Poker is beautifully suited to the big screen, but very easy to get wrong. Filming a bunch of characters sitting around a table and making the result work on screen is a challenge.
When choosing the five best poker movies, you have to balance the quality of the movie, the quantity and quality of the poker, and whether the movie captures some sense of what poker feels like.
Here are the five movies that best balance those three things, with an emphasis on the last.
5. Casino Royale (2006)
If Rounders is a time capsule for the nineties, this Bourne-influenced, parkour, poker, and post-9/11 themed Bond movie is a perfect time capsule of the noughties.
It is also, without a doubt, as much a poker movie as a spy film. The movie updates the book's baccarat set pieces to a Texas hold 'em ten-man sit'n'go, played for the soul of a financial terrorist. The actual poker hands are utter nonsense, but the use of poker as a tool of cinema is spot on.
Plus, Bond taking a bad beat and almost conducting an extemporized assassination with a steak knife is a definite poker mood.
4. The Cincinatti Kid (1965)
The Cincinnati Kid is an oddball on this list. At the time of its release, most reviewers saw it as a knock off of TheHustler knock-off. But with Steve McQueen as its lead, the movie coasted on its own cool, gaining respect as it went.
More recent criticism focuses on the absurd final hand and the "moral" it teaches the kid.
However, you'll find the movie makes a lot more sense if you view McQueen's "the Kid" as the only straight player in a world of cheats.
3. Maverick (1994)
Made back when Mel Gibson was able to keep his alleged anti-semitism private, Maverick features Gibson as the titular character and member of the TV dynasty of Wild West gamblers.
The movie has some solid poker in it, and the script by William Goldman of The Princess Bride wrings all the humor you could hope from both the gambling and Western genres.
2. California Split (1974)
Robert Altman is a director better known to film buffs than the general public, but in the 70s he turned out a series of beautiful and engaging genre flicks. In quick succession he turned out M*A*S*H (1969), McCabe and Mrs. Miller (1971), The Long Goodbye (1973), and in 1974 California Split.
The movie follows two degenerate gamblers from California cardrooms to the dog track to a big buy-in stud game in Vegas against Amarillo Slim (played by the man himself).
The more recent Mississippi Grind (2015) just about gets away with not calling itself a remake of this movie.
1. Rounders (1998)
Since 1998, all poker movies have had to live in the shadow of Rounders. Find me a poker player who doesn't convincingly say they don't have a Teddy KGB impression up their sleeve and I'll show you an excellent liar.

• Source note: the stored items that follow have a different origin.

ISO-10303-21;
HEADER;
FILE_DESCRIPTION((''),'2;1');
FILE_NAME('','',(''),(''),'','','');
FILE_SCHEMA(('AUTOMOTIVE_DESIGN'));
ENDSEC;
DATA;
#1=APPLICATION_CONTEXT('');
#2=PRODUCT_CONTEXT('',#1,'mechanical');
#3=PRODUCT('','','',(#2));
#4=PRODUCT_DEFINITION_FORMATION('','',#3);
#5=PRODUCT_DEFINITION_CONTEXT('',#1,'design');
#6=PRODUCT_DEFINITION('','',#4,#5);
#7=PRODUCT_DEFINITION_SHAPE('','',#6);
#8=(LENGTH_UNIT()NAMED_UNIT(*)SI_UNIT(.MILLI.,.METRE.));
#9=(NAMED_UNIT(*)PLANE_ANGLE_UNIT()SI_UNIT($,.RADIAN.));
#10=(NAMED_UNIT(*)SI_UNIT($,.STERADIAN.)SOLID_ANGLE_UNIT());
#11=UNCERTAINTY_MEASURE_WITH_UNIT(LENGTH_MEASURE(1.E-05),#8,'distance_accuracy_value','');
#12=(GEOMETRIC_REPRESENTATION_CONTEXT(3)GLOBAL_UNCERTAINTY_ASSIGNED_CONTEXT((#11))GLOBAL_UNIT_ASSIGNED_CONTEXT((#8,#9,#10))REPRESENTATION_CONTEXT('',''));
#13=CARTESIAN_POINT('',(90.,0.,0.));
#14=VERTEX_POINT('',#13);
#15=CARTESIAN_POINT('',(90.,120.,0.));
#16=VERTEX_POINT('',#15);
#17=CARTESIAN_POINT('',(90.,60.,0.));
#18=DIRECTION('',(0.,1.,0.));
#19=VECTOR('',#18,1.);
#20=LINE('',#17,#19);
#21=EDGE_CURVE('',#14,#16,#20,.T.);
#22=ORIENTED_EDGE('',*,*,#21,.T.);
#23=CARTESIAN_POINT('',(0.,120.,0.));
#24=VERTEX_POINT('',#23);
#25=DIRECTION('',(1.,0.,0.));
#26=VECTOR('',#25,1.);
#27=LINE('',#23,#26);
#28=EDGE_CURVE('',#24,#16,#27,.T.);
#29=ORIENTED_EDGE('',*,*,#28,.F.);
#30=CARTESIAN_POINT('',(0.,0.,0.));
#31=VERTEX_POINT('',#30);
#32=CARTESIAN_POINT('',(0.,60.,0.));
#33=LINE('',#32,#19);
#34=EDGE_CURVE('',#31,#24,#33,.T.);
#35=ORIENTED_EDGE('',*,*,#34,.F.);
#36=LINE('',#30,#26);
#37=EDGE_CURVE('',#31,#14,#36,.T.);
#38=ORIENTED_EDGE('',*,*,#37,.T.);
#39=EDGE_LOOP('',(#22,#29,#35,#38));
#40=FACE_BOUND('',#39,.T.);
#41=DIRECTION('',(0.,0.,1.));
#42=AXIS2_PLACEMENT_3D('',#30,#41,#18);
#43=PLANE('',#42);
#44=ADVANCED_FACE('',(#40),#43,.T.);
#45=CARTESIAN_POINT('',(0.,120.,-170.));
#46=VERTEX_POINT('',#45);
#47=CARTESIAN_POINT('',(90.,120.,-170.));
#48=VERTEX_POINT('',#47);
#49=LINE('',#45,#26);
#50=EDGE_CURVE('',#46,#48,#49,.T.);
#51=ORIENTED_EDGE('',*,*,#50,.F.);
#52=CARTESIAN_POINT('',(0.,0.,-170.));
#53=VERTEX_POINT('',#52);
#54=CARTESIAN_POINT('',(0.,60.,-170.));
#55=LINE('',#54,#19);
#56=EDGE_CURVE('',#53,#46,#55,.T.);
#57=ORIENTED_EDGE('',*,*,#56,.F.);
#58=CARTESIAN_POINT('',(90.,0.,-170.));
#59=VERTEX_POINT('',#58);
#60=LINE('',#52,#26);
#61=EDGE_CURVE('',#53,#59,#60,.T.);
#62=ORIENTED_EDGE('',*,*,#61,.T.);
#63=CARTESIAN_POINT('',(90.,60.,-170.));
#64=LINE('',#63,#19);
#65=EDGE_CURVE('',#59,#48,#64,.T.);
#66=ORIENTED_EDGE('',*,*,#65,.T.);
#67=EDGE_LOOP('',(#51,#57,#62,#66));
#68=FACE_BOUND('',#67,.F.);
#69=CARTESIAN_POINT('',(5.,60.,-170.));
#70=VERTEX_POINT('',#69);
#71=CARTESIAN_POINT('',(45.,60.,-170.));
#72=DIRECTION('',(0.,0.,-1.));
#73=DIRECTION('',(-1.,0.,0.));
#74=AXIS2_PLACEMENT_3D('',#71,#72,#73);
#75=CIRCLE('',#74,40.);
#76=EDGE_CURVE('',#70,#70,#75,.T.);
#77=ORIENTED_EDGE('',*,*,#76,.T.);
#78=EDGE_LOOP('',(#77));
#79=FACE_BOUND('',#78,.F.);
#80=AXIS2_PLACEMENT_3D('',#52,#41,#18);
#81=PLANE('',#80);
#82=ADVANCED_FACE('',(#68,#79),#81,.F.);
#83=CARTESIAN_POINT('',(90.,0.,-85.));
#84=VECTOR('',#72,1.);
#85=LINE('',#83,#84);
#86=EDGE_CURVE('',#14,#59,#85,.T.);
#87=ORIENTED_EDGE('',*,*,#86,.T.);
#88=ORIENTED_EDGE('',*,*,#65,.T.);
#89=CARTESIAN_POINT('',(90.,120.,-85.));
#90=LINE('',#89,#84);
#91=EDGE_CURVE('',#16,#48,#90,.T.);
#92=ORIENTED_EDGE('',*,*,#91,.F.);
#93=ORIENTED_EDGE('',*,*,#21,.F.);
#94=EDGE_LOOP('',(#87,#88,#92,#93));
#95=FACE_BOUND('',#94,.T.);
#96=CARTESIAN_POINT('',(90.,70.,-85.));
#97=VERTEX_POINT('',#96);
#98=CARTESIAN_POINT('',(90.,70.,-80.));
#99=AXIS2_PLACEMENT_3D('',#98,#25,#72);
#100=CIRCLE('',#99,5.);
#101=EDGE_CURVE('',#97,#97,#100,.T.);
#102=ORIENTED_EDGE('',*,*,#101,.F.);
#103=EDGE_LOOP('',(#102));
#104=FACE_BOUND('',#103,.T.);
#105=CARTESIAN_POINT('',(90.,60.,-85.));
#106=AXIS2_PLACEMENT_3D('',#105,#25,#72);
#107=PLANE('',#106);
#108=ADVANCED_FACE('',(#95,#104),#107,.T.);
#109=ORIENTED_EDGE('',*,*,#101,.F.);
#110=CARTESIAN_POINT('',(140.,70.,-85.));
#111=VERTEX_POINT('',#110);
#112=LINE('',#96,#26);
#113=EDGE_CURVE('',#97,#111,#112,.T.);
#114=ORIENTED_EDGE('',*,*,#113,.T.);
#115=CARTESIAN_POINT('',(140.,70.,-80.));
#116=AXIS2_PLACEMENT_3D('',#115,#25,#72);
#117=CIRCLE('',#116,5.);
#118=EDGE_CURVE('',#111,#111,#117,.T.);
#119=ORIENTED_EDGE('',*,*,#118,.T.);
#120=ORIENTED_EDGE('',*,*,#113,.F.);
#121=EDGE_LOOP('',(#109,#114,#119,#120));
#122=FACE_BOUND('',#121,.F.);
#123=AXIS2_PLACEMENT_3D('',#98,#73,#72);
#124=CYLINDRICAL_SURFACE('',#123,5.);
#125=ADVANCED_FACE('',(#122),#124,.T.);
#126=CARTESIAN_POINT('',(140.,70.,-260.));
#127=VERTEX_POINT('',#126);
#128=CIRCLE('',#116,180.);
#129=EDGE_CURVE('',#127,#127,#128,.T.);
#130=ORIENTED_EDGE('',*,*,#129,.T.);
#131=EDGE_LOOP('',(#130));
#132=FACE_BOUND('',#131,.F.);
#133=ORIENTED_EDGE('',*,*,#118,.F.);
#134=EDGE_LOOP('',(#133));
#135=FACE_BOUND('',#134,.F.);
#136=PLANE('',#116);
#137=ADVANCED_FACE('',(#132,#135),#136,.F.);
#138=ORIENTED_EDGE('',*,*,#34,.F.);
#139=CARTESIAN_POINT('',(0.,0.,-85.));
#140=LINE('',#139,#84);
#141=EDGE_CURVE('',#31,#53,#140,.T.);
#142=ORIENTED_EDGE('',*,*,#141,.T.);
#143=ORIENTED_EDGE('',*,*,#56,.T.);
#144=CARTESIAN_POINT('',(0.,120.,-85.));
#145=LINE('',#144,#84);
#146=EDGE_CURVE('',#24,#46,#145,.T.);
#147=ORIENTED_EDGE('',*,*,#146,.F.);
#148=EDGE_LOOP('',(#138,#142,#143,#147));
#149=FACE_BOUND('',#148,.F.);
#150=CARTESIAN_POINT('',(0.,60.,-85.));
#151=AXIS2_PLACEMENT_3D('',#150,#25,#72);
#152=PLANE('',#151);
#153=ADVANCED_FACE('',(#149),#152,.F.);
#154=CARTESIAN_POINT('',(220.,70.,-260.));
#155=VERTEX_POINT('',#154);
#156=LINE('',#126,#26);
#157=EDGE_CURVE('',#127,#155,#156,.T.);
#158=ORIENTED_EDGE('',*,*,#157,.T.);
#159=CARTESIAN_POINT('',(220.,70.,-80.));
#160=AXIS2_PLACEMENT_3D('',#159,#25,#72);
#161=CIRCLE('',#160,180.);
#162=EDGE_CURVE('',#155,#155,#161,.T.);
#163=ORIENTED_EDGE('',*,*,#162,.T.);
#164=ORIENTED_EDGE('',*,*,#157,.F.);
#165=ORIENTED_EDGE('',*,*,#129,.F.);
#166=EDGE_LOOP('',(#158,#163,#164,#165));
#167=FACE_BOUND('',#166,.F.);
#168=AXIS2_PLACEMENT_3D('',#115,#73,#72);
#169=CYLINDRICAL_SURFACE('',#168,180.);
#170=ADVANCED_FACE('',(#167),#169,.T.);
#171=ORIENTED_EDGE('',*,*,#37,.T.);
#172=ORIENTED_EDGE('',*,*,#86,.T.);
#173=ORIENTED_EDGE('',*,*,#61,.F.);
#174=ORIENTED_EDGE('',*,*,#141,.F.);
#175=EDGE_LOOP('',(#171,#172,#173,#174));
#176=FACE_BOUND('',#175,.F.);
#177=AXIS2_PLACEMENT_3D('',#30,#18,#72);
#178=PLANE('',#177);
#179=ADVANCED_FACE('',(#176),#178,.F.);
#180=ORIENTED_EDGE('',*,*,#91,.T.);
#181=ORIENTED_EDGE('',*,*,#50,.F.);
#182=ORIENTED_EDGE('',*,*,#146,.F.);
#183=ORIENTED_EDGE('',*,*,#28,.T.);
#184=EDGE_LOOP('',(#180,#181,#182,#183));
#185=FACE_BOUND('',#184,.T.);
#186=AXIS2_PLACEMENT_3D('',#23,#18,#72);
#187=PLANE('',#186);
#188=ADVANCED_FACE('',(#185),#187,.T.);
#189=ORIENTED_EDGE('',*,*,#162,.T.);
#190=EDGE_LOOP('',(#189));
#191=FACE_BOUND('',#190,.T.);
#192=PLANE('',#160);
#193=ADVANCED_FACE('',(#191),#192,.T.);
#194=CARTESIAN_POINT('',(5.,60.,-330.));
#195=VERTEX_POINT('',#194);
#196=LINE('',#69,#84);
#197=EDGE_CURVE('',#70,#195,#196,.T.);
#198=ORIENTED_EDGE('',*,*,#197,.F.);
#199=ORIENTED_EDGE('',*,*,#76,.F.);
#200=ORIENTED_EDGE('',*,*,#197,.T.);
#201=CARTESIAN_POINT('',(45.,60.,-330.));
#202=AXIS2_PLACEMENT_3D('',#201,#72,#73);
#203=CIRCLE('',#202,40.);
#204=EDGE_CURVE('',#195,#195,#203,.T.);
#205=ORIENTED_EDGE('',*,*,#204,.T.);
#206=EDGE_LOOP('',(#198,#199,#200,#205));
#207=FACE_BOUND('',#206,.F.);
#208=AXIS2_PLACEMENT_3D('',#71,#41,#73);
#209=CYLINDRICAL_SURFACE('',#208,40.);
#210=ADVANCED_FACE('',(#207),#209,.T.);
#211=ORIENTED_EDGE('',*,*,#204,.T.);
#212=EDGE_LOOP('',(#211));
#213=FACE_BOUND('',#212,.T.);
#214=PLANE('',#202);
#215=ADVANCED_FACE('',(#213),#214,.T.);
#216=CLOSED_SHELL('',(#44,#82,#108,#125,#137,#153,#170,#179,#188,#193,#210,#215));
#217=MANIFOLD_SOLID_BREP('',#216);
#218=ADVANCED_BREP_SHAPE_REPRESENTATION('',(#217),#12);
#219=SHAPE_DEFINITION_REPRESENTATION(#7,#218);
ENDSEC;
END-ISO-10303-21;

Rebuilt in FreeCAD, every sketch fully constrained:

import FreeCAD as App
import Part
import Sketcher

V = App.Vector

doc = App.newDocument("Part")
body = doc.addObject("PartDesign::Body", "Body")

sketch1 = body.newObject("Sketcher::SketchObject", "Sketch")
sketch1.AttachmentSupport = (doc.getObject("YZ_Plane"), [""])
sketch1.MapMode = "FlatFace"
sketch1.addGeometry([
    Part.LineSegment(V(120, 0, 0), V(0, 0, 0)),
    Part.LineSegment(V(0, 0, 0), V(0, -170, 0)),
    Part.LineSegment(V(0, -170, 0), V(120, -170, 0)),
    Part.LineSegment(V(120, -170, 0), V(120, 0, 0)),
], False)
sketch1.addConstraint([
    Sketcher.Constraint("Coincident", 0, 2, 1, 1),
    Sketcher.Constraint("Coincident", 1, 2, 2, 1),
    Sketcher.Constraint("Coincident", 2, 2, 3, 1),
    Sketcher.Constraint("Coincident", 3, 2, 0, 1),
    Sketcher.Constraint("Horizontal", 0),
    Sketcher.Constraint("Vertical", 1),
    Sketcher.Constraint("Horizontal", 2),
    Sketcher.Constraint("Vertical", 3),
    Sketcher.Constraint("Coincident", 0, 2, -1, 1),
    Sketcher.Constraint("DistanceX", 0, 2, 0, 1, 120.0),
    Sketcher.Constraint("DistanceY", 1, 2, 1, 1, 170.0),
])
pad1 = body.newObject("PartDesign::Pad", "Pad")
pad1.Profile = sketch1
pad1.Length = 90

sketch2 = body.newObject("Sketcher::SketchObject", "Sketch001")
sketch2.AttachmentSupport = (doc.getObject("XY_Plane"), [""])
sketch2.MapMode = "FlatFace"
sketch2.AttachmentOffset = App.Placement(V(0, 0, -170), App.Rotation())
sketch2.addGeometry(Part.Circle(V(45, 60, 0), V(0, 0, 1), 40), False)
sketch2.addConstraint([
    Sketcher.Constraint("Diameter", 0, 80.0),
    Sketcher.Constraint("DistanceX", -1, 1, 0, 3, 45.0),
    Sketcher.Constraint("DistanceY", -1, 1, 0, 3, 60.0),
])
pad2 = body.newObject("PartDesign::Pad", "Pad001")
pad2.Profile = sketch2
pad2.Length = 160
pad2.Reversed = True

sketch3 = body.newObject("Sketcher::SketchObject", "Sketch002")
sketch3.AttachmentSupport = (doc.getObject("YZ_Plane"), [""])
sketch3.MapMode = "FlatFace"
sketch3.AttachmentOffset = App.Placement(V(0, 0, 90), App.Rotation())
sketch3.addGeometry(Part.Circle(V(70, -80, 0), V(0, 0, 1), 5), False)
sketch3.addConstraint([
    Sketcher.Constraint("Diameter", 0, 10.0),
    Sketcher.Constraint("DistanceX", -1, 1, 0, 3, 70.0),
    Sketcher.Constraint("DistanceY", 0, 3, -1, 1, 80.0),
])
pad3 = body.newObject("PartDesign::Pad", "Pad002")
pad3.Profile = sketch3
pad3.Length = 50

sketch4 = body.newObject("Sketcher::SketchObject", "Sketch003")
sketch4.AttachmentSupport = (doc.getObject("YZ_Plane"), [""])
sketch4.MapMode = "FlatFace"
sketch4.AttachmentOffset = App.Placement(V(0, 0, 140), App.Rotation())
sketch4.addGeometry(Part.Circle(V(70, -80, 0), V(0, 0, 1), 180), False)
sketch4.addConstraint([
    Sketcher.Constraint("Diameter", 0, 360.0),
    Sketcher.Constraint("DistanceX", -1, 1, 0, 3, 70.0),
    Sketcher.Constraint("DistanceY", 0, 3, -1, 1, 80.0),
])
pad4 = body.newObject("PartDesign::Pad", "Pad003")
pad4.Profile = sketch4
pad4.Length = 80

doc.recompute()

This movie is a beautiful time capsule of the New York poker scene in the pre-poker boom days. That's the same era that screenwriters Brian Koppelman and David Levien learned the game in.
The dialogue is pitch-perfect and no one slows down the script to explain what an out or tilt is. No other movie on the list manages to balance the mix of seediness and glamor that poker exudes quite as well as this.